GOLD MARK (better than MUDPILES): Anion Gap Metabolic Acidosis Mnemonic (7,440.12 MRRM)

GOLD MARK (better than MUDPILES): Anion Gap Metabolic Acidosis Mnemonic (7,440.12 MRRM)



The GOLD MARK causes are divided into three major pathophysiologic groups based on the source of the acid production:


  1. ​ Alcohols (Toxic Ingestions) → Emergency Toxins
  • ​ Glycols → Ethylene glycol (antifreeze) and propylene glycol
  • ​ Methanol → Windshield washer fluid, homemade alcohol substitutes
  • ​ Why grouped together?
  • ​ Common in suicide attempts, accidental ingestions, or chronic alcoholics.
  • ​ Key labs: Serum osmolality, anion gap, osmolar gap.
  • ​ Imaging: Calcium oxalate crystals on urine microscopy (ethylene glycol).
  • ​ Treatment: Fomepizole or ethanol (blocks alcohol dehydrogenase), hemodialysis in severe cases.


  1. ​ OTCs & Medication-Related Causes → Common but Easily Missed
  • ​ Oxoproline → Chronic acetaminophen (Tylenol) use, often in malnourished patients
  • ​ Aspirin → Salicylates, including bismuth subsalicylate (Pepto-Bismol)
  • ​ Why grouped together?
  • ​ Often overlooked in chronic users or the elderly.
  • ​ Key signs: Tachypnea (respiratory alkalosis), tinnitus (aspirin), altered mental status.
  • ​ Key labs: Salicylate level, ABG (mixed acid-base disorder).
  • ​ Treatment: Alkalinization (sodium bicarb drip), dialysis for severe cases.

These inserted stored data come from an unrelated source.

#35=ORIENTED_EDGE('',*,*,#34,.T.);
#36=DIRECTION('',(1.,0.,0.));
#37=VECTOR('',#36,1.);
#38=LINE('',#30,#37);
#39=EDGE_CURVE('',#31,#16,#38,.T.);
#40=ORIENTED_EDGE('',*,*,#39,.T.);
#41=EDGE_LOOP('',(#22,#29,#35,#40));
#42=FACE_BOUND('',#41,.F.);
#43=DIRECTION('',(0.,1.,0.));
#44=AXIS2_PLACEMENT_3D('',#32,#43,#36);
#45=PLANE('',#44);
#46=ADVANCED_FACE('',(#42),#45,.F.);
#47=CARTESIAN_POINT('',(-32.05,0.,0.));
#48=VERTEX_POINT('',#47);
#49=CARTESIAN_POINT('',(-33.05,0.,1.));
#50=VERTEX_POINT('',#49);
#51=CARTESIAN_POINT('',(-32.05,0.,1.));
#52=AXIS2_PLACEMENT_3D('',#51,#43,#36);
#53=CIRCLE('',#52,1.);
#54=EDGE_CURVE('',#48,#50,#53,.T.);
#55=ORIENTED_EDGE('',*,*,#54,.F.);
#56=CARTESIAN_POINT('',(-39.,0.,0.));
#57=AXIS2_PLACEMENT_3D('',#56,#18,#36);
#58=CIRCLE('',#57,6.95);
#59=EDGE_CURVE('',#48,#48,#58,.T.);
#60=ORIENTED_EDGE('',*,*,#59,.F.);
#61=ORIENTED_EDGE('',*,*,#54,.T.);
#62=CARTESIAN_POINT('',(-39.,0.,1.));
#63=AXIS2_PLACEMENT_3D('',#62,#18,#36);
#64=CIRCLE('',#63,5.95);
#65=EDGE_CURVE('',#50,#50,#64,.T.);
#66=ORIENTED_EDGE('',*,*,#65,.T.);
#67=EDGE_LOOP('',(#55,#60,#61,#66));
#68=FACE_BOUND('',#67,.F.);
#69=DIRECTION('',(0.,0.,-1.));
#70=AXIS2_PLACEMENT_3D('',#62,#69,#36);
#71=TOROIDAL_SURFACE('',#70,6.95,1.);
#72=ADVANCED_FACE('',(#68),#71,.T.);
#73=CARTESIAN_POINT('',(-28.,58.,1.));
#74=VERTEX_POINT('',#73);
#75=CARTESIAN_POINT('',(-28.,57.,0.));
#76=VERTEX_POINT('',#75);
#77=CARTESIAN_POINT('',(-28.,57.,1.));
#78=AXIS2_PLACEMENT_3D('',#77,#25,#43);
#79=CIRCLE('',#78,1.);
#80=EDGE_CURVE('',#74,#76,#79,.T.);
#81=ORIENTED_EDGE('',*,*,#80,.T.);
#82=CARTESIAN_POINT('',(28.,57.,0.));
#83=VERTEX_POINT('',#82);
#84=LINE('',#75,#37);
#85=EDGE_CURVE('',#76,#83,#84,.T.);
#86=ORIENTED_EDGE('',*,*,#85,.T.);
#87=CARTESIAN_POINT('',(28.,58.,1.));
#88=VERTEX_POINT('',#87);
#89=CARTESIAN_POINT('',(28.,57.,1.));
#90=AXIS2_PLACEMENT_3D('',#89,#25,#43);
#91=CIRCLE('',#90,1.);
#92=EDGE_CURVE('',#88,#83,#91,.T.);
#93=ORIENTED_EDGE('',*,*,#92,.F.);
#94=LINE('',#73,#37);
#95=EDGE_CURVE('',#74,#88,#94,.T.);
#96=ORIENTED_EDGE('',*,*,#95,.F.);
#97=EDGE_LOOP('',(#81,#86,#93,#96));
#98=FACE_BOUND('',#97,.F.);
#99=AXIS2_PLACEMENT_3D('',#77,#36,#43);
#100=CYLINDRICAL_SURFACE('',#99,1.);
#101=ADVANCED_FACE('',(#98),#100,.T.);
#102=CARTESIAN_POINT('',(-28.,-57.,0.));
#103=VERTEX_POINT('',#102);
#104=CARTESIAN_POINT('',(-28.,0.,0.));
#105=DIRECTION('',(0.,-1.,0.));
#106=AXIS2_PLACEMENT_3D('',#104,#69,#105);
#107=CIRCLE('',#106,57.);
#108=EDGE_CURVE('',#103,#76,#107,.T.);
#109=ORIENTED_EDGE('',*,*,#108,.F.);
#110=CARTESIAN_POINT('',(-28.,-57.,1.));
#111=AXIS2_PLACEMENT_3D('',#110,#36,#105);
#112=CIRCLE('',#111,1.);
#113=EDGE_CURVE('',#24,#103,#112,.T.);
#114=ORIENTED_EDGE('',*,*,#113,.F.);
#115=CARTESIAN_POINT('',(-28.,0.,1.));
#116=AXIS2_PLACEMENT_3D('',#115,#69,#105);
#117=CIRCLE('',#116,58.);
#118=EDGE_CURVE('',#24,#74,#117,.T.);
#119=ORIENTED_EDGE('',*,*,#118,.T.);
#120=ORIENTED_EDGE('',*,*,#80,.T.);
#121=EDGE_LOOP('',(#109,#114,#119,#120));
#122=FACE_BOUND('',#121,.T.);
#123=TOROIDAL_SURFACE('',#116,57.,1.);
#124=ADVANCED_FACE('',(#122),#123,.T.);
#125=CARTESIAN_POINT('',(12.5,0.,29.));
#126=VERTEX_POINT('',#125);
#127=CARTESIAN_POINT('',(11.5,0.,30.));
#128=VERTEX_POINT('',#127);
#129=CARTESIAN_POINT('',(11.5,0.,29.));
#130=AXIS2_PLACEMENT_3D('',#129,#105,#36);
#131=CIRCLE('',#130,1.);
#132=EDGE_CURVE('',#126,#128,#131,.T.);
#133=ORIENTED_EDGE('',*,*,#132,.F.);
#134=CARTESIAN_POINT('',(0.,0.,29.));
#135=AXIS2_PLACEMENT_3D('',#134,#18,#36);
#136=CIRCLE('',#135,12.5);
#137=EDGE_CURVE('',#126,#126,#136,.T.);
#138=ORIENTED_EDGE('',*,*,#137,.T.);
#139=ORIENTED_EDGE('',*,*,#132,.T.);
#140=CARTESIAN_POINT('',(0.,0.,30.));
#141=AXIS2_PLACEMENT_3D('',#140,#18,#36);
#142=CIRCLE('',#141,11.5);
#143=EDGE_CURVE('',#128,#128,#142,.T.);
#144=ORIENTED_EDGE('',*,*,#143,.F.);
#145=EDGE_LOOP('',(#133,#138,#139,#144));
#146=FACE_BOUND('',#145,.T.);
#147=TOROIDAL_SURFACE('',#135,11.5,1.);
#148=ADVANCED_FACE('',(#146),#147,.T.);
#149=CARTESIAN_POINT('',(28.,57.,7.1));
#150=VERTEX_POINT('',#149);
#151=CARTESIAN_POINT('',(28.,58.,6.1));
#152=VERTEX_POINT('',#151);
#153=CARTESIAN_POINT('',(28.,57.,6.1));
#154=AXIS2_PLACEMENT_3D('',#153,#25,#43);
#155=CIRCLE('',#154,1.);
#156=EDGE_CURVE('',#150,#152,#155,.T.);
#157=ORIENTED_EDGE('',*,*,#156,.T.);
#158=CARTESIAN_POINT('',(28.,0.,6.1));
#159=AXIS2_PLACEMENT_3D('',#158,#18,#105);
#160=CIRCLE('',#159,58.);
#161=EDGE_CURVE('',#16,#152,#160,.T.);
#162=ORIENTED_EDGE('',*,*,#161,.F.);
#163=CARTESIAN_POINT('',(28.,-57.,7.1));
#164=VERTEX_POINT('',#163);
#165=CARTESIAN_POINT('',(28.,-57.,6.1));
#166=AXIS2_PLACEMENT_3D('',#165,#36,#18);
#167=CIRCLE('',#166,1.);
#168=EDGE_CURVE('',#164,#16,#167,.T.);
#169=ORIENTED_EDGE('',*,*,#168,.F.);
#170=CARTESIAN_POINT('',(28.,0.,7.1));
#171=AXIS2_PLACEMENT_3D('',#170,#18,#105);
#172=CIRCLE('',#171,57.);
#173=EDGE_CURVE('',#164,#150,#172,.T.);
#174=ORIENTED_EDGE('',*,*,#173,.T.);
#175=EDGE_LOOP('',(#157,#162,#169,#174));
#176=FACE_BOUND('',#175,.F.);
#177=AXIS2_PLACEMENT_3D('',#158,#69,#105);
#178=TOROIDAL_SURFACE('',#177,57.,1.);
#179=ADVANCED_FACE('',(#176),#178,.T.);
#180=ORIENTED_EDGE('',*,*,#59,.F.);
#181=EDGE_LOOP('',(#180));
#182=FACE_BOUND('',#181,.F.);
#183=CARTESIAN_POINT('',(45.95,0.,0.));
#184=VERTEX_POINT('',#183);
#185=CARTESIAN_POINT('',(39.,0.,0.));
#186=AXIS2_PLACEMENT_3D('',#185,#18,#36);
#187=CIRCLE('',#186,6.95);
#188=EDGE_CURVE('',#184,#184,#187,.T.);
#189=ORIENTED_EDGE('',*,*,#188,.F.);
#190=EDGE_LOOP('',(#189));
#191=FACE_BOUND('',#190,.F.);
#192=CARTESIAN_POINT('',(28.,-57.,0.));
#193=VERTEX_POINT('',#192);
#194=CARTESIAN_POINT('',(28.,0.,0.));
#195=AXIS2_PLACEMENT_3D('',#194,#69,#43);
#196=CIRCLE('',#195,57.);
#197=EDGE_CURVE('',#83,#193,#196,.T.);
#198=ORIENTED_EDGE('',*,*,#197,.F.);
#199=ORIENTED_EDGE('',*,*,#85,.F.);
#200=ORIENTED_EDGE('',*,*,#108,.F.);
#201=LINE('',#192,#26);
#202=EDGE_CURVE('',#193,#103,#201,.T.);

  1. ​ Metabolic Causes → Endogenous Acid Production
  • ​ L-lactate → Type A (ischemia), Type B (mitochondrial dysfunction)…L for Loser anaerobic (super winded loser in the race: anaerobic)
  • ​ D-lactate → Short gut syndrome, bacterial overgrowth …GI can think “diet for D”
  • ​ Renal Failure → Uremia, organic acids
  • ​ Ketones → Starvation, alcohol, diabetic ketoacidosis (DKA) think… Keytones are SAD
  • ​ Why grouped together?
  • ​ These involve internal production of acids due to organ dysfunction.
  • ​ Key labs:
  • ​ Lactate level (for sepsis, ischemia).
  • ​ BHB (beta-hydroxybutyrate) for DKA.
  • ​ BUN/Cr for renal failure.
  • ​ Urinalysis (ketones, glucose, uremia markers).
  • ​ Treatment:
  • ​ Fluids, treat underlying cause (DKA → insulin drip, renal failure → dialysis).



Clinically Important Considerations for EM Physicians


In the ED, when a patient has metabolic acidosis with an elevated anion gap, think:

  1. ​ What is the patient’s history?
  • ​ Suicide attempt or confusion? → Alcohols, aspirin
  • ​ Chronic Tylenol use or malnourished? → Oxoproline
  • ​ Sepsis, shock, ischemia? → L-lactate
  • ​ Short gut, diarrhea, recent antibiotics? → D-lactate
  • ​ Known diabetes, alcoholism, or fasting? → Ketones
  • ​ Chronic kidney disease? → Uremia


  1. ​ What tests should I order immediately?
  • ​ ABG/VBG → Confirms metabolic acidosis.
  • ​ Anion gap calculation → Determines if the acidosis is anion gap or non-anion gap.
  • ​ Serum osmolality & osmolar gap → Alcohol toxicity (ethylene glycol, methanol).
  • ​ Lactate level → Sepsis, ischemia, mitochondrial dysfunction.
  • ​ BHB (Beta-hydroxybutyrate) → DKA vs. alcoholic/starvation ketosis.
  • ​ Salicylate level & acetaminophen level → Toxic ingestion screening.
  • ​ CMP (BUN/Cr, glucose, liver enzymes, electrolytes) → Renal failure, DKA, liver dysfunction.


Takeaway: What’s an Emergency?

  • ​ Dialysis Emergencies → Methanol, ethylene glycol, severe aspirin toxicity, uremia.
  • ​ Toxin Emergencies → Alcohols (treat with fomepizole), salicylates (alkalinization & dialysis).
  • ​ Septic Shock / Tissue Hypoxia → Elevated L-lactate = immediate resuscitation with fluids & source control!
  • ​ DKA → Fluids, insulin drip, and monitor for electrolyte shifts (esp. potassium).